Supplementary Materials
Data Availability Statement
The datasets utilized in this study were extracted from public repositories. The raw data for predicting metastatic disease in pheochromocytoma or paraganglioma17 is available on Zenodo: 10.5281/zenodo.7749613. Esophageal cancer screening-trial data20 is available on GitHub: https://github.com/Gaooooye/Esophageal-cAncer-Screening-Trial. The hereditary hearing loss trial data24 is available on Mendeley: https://data.mendeley.com/datasets/6mh8mpnbgv/1. The data on cardiac amyloidosis (“derivation dataset”) is available per the original study25 at https://www.nature.com/articles/s41467-021-22876-9. Source data of Figures are provided in this paper. Source data are provided in this paper.

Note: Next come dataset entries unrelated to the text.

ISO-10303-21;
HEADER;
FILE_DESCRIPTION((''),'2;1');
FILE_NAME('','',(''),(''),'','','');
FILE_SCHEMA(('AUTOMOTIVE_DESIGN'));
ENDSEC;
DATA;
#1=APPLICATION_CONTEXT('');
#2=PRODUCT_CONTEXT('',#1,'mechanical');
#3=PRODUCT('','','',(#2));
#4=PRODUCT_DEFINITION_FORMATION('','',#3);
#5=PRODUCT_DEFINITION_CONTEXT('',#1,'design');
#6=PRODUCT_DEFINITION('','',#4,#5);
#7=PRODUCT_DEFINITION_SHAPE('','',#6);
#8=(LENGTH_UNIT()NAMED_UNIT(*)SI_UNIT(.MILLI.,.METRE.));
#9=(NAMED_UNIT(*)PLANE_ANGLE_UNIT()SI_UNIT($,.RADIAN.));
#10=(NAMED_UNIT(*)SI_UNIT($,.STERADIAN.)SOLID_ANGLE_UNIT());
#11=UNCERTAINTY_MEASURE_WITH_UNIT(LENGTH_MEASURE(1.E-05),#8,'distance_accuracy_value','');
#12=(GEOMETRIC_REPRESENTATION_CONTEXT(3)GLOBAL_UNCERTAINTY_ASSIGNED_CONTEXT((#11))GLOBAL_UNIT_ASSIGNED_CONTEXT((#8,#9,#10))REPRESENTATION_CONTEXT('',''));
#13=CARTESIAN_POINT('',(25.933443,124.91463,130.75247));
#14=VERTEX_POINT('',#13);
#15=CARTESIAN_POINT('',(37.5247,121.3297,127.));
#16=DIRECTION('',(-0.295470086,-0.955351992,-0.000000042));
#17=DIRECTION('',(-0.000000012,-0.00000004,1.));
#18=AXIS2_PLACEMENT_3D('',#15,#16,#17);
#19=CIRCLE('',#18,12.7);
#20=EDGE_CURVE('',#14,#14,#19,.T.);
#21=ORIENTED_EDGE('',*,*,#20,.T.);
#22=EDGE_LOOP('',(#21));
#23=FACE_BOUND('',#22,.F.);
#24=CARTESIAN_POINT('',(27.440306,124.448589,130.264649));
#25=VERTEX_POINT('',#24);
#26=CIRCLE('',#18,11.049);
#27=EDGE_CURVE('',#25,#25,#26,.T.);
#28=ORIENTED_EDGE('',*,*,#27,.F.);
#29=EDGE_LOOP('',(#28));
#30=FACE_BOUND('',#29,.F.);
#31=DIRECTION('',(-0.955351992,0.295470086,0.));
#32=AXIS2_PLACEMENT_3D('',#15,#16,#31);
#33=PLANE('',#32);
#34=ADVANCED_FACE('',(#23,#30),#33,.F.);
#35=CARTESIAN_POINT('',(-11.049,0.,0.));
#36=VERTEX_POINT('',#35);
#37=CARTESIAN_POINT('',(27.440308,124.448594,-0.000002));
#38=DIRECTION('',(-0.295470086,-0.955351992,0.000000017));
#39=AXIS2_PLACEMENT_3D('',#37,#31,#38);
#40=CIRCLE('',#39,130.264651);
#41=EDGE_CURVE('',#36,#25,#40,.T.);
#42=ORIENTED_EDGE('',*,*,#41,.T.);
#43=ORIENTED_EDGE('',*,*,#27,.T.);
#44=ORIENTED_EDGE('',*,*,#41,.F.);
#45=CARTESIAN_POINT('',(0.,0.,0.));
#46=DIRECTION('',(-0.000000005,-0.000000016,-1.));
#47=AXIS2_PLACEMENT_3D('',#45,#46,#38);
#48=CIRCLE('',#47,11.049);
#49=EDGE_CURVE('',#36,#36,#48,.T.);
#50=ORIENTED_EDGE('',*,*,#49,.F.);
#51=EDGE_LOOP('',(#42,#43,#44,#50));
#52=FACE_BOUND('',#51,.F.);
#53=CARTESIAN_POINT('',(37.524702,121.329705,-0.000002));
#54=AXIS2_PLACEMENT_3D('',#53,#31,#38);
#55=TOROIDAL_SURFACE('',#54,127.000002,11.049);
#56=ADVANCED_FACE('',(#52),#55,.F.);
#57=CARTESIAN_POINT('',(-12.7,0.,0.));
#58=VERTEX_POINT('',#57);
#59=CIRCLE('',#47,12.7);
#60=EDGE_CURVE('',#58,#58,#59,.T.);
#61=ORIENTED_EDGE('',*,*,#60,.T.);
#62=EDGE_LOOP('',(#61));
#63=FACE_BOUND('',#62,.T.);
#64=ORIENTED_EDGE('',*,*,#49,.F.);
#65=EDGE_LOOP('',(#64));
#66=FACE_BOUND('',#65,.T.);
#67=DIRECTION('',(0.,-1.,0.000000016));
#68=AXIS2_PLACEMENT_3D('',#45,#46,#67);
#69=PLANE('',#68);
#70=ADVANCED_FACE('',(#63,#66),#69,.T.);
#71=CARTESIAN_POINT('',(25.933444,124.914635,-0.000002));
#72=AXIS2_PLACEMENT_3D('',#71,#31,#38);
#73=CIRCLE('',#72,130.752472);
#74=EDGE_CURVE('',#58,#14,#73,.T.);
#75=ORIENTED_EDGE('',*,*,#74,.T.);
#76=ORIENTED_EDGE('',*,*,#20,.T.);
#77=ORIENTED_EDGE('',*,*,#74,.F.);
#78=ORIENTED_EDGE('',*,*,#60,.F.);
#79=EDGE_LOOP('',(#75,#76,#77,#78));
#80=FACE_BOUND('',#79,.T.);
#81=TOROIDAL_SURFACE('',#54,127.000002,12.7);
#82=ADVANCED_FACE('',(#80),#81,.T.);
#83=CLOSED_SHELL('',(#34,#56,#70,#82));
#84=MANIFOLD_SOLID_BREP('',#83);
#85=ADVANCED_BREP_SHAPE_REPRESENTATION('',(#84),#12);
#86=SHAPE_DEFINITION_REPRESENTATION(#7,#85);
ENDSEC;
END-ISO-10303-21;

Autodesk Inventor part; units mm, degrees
sketch "Sketch" plane through (0, 0, 0) normal (0, 0, -1) x (-1, 0, 0)
  circle A0 centre (0, 0) radius 12.7
  circle A1 centre (0, 0) radius 11.049
  dimension "d0" = 25.4
  dimension "d1" = 1.651
ref_plane "Start Plane" through (0, 0, 0) normal (1, 0, 0) x (0, 1, 0)
ref_plane "End Plane" through (199.4911, 0, 0) normal (1, 0, 0) x (0, 1, 0)
sketch "Sketch2" plane through (0, 0, 0) normal (1, 0, 0) x (0, 1, 0)
  line L0 (0, 0) -> (10, 0)
ref_plane "Work Plane3" through (0, 0, 0) normal (0, 0, -1) x (0, 1, 0)
sketch "Sketch3" plane through (0, 0, 0) normal (0, 0, -1) x (0, 1, 0)
  line L0 (-2, 0) -> (12, 0)
  line L1 (-40.2564, 199.4911) -> (152.6386, 199.4911)
  dimension "d9" = 199.4911
ref_plane "Orientation Work Plane" through (0, 0, 0) normal (0, 0, -1) x (-1, 0, 0)
sketch3d "Sweep Path"
  arc A0 (0, 0, 0) -> (37.5247, 121.3297, 127) centre (37.5247, 121.3297, 0) ccw
sweep "Body" add profiles "Sketch" path "Sweep Path"
equation "\"G_OFFSET_START\" = 0"
equation "\"G_OFFSET_END\" = 0"
equation "\"d5\" = d2 + G_OFFSET_END"
equation "\"G_L\" = d9"
equation "\"d2\" = 199.491133"
properties part number "4130_1x0.065" material "Steel, Alloy"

ChatGPT Advanced Data Analysis (previously known as “Code Interpreter”) was utilized for analyses and may be accessed via https://chat.openai.com for ChatGPT Plus users. Source codes for training, evaluating, and optimizing the ML models, as well as for data pre-processing, statistical analysis, and visualizations, are publicly available at https://github.com/tayebiarasteh/LLMmed. The code was developed in Python v3.9.18 using open-source libraries including shap (v0.44.0), NumPy (v1.26.2), SciPy (v1.11.4), lightgbm (v4.1.0), mne (v1.6.0), pandas (v2.1.1), and scikit-learn (v1.3.0). All source codes are permanently archived on Zenodo and are accessible via ref. 57.
The hardware used in our experiments included an Intel CPU with eight cores and 16 GB RAM. No GPU was utilized.